## Prompt:
Write out exactly the lines of the material below, beginning at the top and ending at the line that contains "v 3.999 6.5 -0.066".

## Raw data:
▼
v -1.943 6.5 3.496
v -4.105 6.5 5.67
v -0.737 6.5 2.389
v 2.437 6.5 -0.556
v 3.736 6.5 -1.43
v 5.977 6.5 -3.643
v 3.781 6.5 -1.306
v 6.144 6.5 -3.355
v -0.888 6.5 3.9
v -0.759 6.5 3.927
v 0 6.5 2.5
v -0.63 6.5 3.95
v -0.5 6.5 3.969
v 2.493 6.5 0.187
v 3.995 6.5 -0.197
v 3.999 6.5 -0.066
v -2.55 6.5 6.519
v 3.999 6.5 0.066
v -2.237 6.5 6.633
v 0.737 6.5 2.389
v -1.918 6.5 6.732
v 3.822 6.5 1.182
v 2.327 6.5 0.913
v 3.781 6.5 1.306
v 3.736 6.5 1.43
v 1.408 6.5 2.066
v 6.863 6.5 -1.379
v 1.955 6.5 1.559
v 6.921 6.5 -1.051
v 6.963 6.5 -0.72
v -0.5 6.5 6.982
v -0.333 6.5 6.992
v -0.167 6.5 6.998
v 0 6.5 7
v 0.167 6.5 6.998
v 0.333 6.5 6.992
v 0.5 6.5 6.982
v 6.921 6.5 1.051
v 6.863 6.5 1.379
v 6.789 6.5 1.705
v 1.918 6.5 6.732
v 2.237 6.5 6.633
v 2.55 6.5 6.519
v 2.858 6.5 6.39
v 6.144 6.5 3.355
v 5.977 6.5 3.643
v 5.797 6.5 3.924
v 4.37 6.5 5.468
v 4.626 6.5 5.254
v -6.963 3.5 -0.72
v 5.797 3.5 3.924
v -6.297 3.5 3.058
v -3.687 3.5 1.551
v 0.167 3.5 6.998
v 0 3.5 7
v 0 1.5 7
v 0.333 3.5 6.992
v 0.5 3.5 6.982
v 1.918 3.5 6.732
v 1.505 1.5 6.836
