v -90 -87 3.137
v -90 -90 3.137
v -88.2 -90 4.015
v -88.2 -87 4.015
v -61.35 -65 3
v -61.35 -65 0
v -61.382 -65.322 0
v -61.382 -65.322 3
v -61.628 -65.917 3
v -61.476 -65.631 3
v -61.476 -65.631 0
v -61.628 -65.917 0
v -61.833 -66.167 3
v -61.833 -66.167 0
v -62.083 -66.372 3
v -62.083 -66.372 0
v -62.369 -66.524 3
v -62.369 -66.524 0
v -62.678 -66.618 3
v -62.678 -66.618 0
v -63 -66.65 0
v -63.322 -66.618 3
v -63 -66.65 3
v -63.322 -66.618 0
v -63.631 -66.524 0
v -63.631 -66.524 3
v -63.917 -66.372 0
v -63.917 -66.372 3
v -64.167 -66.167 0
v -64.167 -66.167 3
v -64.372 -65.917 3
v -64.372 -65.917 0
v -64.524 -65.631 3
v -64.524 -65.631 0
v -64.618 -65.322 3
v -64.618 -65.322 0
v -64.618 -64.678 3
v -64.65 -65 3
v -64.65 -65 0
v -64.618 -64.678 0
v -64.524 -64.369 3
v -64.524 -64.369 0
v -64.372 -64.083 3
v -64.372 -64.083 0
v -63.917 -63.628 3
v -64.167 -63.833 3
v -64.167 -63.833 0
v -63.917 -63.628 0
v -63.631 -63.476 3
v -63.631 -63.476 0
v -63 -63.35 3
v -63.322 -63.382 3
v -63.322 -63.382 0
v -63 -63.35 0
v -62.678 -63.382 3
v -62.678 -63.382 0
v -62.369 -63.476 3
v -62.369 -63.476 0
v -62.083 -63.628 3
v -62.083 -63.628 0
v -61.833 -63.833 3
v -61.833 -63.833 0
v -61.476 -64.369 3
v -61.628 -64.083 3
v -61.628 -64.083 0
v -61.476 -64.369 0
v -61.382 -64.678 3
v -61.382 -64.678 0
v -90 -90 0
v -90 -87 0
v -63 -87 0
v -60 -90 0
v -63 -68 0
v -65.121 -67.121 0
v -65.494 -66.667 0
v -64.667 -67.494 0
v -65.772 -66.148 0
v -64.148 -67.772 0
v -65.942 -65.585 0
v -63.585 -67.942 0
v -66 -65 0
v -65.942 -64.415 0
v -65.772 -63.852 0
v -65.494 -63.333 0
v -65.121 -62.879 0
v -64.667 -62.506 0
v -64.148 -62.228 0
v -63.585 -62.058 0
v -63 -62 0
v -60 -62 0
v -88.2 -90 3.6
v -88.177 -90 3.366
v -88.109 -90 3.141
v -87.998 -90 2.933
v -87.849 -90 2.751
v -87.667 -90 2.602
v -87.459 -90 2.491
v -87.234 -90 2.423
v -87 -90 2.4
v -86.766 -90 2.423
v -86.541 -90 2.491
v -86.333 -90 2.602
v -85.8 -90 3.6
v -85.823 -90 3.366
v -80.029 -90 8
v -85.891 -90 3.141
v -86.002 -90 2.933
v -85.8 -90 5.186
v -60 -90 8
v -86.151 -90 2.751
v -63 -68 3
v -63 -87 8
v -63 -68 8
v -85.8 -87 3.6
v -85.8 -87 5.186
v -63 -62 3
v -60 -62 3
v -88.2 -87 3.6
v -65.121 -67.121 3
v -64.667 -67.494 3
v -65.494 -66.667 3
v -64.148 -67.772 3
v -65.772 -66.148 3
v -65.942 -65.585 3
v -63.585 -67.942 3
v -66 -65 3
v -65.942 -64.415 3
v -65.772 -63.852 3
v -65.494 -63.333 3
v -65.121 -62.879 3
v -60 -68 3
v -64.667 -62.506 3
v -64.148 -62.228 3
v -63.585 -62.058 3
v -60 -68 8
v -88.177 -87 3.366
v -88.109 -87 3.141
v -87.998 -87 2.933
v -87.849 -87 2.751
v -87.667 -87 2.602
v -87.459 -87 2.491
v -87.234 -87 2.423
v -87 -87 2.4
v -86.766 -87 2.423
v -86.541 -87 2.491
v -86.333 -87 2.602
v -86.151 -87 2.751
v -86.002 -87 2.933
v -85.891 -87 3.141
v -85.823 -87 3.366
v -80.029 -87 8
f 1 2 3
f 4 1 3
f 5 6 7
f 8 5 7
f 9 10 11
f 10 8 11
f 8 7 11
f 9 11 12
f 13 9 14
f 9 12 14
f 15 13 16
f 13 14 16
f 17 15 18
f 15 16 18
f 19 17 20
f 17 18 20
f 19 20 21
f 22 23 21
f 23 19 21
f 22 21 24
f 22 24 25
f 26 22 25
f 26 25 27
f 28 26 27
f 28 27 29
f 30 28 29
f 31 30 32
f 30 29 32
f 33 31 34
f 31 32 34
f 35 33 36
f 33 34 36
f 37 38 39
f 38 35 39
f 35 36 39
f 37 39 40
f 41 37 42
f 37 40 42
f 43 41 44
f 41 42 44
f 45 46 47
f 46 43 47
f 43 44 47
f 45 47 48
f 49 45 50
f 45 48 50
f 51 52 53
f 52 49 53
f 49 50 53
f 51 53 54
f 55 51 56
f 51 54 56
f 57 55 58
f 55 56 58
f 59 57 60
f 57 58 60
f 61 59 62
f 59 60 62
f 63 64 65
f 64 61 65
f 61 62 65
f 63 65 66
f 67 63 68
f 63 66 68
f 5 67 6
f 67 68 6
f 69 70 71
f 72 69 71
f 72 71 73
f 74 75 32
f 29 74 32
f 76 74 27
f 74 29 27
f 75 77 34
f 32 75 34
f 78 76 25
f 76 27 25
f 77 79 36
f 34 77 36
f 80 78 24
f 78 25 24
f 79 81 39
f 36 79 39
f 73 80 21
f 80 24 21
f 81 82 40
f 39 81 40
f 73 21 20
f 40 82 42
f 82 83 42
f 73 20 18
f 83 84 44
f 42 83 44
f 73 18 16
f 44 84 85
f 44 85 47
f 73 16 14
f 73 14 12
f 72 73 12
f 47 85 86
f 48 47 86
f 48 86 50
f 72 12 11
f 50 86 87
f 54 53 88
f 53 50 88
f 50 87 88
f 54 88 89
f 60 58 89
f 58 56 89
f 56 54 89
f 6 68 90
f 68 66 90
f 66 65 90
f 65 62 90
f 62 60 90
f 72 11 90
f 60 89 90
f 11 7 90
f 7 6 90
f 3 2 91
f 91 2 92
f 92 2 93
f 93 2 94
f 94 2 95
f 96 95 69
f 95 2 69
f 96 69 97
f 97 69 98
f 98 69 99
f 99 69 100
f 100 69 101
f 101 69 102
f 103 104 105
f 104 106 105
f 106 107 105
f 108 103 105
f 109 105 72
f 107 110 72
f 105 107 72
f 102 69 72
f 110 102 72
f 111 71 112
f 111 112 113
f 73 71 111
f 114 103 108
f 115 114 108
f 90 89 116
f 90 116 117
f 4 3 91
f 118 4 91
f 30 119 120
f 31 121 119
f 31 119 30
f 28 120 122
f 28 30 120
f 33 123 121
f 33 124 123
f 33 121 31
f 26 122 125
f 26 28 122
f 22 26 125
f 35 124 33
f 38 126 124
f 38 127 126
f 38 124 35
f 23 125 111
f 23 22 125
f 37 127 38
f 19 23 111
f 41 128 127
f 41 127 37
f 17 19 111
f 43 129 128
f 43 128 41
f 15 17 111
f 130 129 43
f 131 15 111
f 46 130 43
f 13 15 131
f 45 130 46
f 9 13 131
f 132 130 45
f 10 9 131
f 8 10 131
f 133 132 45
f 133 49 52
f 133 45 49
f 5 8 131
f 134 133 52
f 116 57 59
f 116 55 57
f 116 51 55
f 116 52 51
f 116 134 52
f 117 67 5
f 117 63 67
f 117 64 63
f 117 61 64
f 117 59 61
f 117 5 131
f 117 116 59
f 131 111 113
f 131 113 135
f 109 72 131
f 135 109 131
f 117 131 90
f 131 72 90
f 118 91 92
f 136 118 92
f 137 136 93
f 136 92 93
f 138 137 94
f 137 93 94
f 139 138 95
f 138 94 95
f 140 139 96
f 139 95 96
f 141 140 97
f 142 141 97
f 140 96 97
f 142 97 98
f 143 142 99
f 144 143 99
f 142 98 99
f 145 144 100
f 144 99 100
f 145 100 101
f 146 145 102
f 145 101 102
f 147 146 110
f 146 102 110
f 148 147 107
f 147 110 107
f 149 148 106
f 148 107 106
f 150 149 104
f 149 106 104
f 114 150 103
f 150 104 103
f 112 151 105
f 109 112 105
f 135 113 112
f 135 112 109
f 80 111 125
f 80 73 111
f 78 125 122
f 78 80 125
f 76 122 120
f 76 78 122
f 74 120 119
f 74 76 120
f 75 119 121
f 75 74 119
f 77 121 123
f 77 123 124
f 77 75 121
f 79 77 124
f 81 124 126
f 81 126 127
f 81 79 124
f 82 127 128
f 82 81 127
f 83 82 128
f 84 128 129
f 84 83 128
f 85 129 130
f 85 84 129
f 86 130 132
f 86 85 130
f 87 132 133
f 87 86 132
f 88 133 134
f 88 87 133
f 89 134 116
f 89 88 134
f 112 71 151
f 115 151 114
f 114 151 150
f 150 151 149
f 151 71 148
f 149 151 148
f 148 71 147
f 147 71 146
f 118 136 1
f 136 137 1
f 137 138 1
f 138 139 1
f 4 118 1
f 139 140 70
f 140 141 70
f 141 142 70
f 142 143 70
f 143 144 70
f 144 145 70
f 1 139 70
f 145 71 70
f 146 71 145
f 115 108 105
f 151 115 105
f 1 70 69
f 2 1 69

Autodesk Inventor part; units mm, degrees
ref_plane "YZ Plane" through (0, 0, 0) normal (1, 0, 0) x (0, 1, 0)
ref_plane "XZ Plane" through (0, 0, 0) normal (0, 1, 0) x (-1, 0, 0)
ref_plane "XY Plane" through (0, 0, 0) normal (0, 0, 1) x (1, 0, 0)
sketch "Sketch1" plane through (0, 0, 0) normal (0, 0, 1) x (1, 0, 0)
  line L0 (-58, -60) -> (-60, -60) projected
  line L1 (-60, -60) -> (-60, -39.5) projected
  line L2 (-60, -39.5) -> (-58, -39.5) projected
  line L3 (-58, -39.5) -> (-58, -60) projected
  line L4 (49.6, 30) -> (51.6, 30) projected
  line L5 (51.6, 30) -> (51.6, 9.5) projected
  line L6 (51.6, 9.5) -> (49.6, 9.5) projected
  line L7 (49.6, 9.5) -> (49.6, 30) projected
  line L8 (-58, 39.5) -> (-60, 39.5) projected
  line L9 (-60, 39.5) -> (-60, 60) projected
  line L10 (-60, 60) -> (-58, 60) projected
  line L11 (-58, 60) -> (-58, 39.5) projected
  line L12 (-21.6, -39.5) -> (-19.6, -39.5) projected
  line L13 (-19.6, -39.5) -> (-19.6, -60) projected
  line L14 (-19.6, -60) -> (-21.6, -60) projected
  line L15 (-21.6, -60) -> (-21.6, -39.5) projected
  line L16 (51.6, -30) -> (49.6, -30) projected
  line L17 (49.6, -30) -> (49.6, -9.5) projected
  line L18 (49.6, -9.5) -> (51.6, -9.5) projected
  line L19 (51.6, -9.5) -> (51.6, -30) projected
  line L20 (-21.6, 60) -> (-19.6, 60) projected
  line L21 (-19.6, 60) -> (-19.6, 39.5) projected
  line L22 (-19.6, 39.5) -> (-21.6, 39.5) projected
▲
## Exercise response:
v -1.943 6.5 3.496
v -4.105 6.5 5.67
v -0.737 6.5 2.389
v 2.437 6.5 -0.556
v 3.736 6.5 -1.43
v 5.977 6.5 -3.643
v 3.781 6.5 -1.306
v 6.144 6.5 -3.355
v -0.888 6.5 3.9
v -0.759 6.5 3.927
v 0 6.5 2.5
v -0.63 6.5 3.95
v -0.5 6.5 3.969
v 2.493 6.5 0.187
v 3.995 6.5 -0.197
v 3.999 6.5 -0.066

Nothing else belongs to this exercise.